Nephromyces

Scientific classification
- Domain: Eukaryota
- (unranked): SAR
- (unranked): Alveolata
- Phylum: Apicomplexa
- Class: Aconoidasida
- Order: Achromatorida
- Family: Haemohormidiidae
- Genus: Nephromyces Giard, 1888
- Species: Nephromyces molgularum Giard, 1888 Nephromyces rosocovitanus Giard, 1888 Nephromyces sorokini Giard, 1888

= Nephromyces =

Genus of single-celled organisms

Nephromyces is a genus of apicomplexans that are symbionts of the ascidian genus Molgula (sea grapes).

== Systematics ==
Nephromyces was first described in 1888 by Alfred Mathieu Giard as a chytrid fungus, because of its filamentous cells. He formally named three species, each corresponding to a different species of the host animal. Molecular phylogenetics later showed that Nephromyces are not actually fungi, but instead constitute a group within the Apicomplexa that is related to the Piroplasmida.

=== Species of Nephromyces ===
- Nephromyces molgularum Giard, 1888
- Nephromyces rosocovitanus Giard, 1888
- Nephromyces sorokini Giard, 1888

== Description ==

Nephromyces is found in the lumen of the renal sac of its host animals. The renal sac is a closed, fluid-filled structure that is derived from the epicardium during development. There are different cell types (at least seven in Nephromyces from Molgula manhattensis) which appear to be different life cycle stages, as the different types appear in a consistent sequence after initial infection of the host animal. However, in a mature infection, different stages simultaneously co-occur in the same host individual. They include filaments (trophic stages), spores, motile but non-flagellated cells, and biflagellated swarmer cells. The non-flagellated motile cells resemble the sporozoites of other apicomplexans, while the spores contain structures that resemble the rhoptries of the apical complex, another typical apicomplexan feature.

== Symbiosis ==
Nephromyces is specific to the family Molgulidae, and has been found in species of Molgula and at least one other molgulid genus, Bostrichobranchus (B. pilularis). Every wild-collected adult Molgula animal examined has been found to contain Nephromyces, suggesting that it is a beneficial symbiont rather than a parasite; this makes Nephromyces an exception among apicomplexans, which are usually parasitic on their animal hosts. However, animals without Nephromyces can be obtained by spawning and raising them in filtered seawater. These symbiont-free animals have been used to study the Nephromyces life cycle. Nephromyces is released into surrounding seawater when its host dies, and cells of Nephromyces can remain alive and infective for at least 29 days outside of a host.

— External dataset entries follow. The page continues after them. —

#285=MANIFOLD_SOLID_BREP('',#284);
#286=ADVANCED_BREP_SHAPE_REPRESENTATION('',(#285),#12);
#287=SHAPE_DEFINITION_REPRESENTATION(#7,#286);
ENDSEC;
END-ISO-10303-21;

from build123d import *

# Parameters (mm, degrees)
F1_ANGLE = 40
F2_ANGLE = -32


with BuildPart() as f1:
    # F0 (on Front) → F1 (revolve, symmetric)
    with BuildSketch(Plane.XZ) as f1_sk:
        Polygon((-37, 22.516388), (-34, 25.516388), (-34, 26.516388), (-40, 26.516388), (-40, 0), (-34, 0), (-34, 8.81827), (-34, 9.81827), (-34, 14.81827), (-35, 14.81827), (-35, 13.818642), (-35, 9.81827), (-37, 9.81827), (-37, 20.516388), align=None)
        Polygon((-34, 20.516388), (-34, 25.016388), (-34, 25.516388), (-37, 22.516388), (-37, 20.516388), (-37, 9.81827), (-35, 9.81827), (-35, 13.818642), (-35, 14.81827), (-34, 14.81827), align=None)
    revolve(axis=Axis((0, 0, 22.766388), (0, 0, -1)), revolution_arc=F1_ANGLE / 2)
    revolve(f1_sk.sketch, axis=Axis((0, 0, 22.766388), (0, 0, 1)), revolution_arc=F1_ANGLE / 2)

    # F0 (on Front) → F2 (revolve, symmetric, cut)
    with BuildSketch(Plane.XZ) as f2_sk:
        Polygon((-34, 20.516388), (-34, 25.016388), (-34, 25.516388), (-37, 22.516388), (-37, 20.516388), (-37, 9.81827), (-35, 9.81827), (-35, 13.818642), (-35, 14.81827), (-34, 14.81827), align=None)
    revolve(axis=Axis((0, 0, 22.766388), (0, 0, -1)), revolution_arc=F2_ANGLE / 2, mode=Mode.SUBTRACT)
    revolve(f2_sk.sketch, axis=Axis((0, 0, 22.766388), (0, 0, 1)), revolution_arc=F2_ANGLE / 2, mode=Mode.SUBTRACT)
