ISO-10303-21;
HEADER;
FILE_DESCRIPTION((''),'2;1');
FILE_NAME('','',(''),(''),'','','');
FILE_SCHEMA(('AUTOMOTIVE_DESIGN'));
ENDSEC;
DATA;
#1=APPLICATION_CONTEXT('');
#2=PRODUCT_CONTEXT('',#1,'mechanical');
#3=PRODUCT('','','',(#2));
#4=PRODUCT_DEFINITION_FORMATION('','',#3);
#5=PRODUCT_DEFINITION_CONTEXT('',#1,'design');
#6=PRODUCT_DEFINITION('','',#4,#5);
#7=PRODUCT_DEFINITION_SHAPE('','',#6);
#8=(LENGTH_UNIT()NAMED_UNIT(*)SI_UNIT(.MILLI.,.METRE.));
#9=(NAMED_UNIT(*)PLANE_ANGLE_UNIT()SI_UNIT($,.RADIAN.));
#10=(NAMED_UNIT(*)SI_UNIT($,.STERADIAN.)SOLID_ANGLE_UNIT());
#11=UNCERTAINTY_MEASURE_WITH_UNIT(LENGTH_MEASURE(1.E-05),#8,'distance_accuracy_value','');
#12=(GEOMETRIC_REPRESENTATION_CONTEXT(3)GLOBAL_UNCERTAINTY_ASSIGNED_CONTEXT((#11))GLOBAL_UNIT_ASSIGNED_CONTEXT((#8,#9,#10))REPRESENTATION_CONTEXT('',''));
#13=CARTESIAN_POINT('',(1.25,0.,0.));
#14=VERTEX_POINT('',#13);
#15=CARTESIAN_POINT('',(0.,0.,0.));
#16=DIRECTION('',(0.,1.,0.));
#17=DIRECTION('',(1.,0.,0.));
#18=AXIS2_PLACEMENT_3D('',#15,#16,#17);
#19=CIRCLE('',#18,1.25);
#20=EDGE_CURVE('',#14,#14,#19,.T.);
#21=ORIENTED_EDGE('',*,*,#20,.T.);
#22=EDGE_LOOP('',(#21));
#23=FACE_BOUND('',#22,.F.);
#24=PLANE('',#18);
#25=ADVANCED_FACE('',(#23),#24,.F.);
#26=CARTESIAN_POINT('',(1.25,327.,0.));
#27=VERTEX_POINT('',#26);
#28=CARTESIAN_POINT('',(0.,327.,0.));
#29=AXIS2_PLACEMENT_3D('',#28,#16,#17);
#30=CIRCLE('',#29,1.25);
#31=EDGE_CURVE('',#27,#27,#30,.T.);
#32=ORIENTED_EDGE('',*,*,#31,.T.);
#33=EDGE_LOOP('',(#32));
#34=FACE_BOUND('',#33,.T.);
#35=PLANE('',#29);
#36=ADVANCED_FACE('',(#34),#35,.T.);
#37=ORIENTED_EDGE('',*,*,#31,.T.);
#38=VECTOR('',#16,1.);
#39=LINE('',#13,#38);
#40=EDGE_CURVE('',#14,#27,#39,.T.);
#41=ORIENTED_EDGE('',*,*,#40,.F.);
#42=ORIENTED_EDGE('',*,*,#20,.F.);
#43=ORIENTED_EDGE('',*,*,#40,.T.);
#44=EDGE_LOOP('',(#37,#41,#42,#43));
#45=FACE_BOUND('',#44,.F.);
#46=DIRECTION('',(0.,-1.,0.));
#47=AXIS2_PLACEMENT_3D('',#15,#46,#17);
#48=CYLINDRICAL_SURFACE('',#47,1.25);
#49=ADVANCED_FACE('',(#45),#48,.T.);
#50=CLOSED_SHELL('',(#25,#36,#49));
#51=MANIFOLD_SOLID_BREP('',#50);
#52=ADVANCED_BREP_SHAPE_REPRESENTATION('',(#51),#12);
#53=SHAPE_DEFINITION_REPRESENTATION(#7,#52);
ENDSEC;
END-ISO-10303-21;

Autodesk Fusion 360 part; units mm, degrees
sketch "Sketch1" plane through (0, 0, 0) normal (0, 1, 0) x (1, 0, 0)
  circle A0 centre (0, 0) radius 1.25
  dimension "d1" = 2.5
extrude "Extrude1" add sketch "Sketch1" along normal blind 327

The renal sac organ where Nephromyces lives contains high concentrations of urate, a nitrogenous waste product. Activity of urate oxidase, an enzyme that breaks down urate, has been found in Nephromyces cells, hence they may be using the waste products from their host animal as a nitrogen source for themselves.

Intracellular bacteria have been found within cells of Nephromyces from Molgula manhattensis and M. occidentalis, making this a symbiosis within a symbiosis.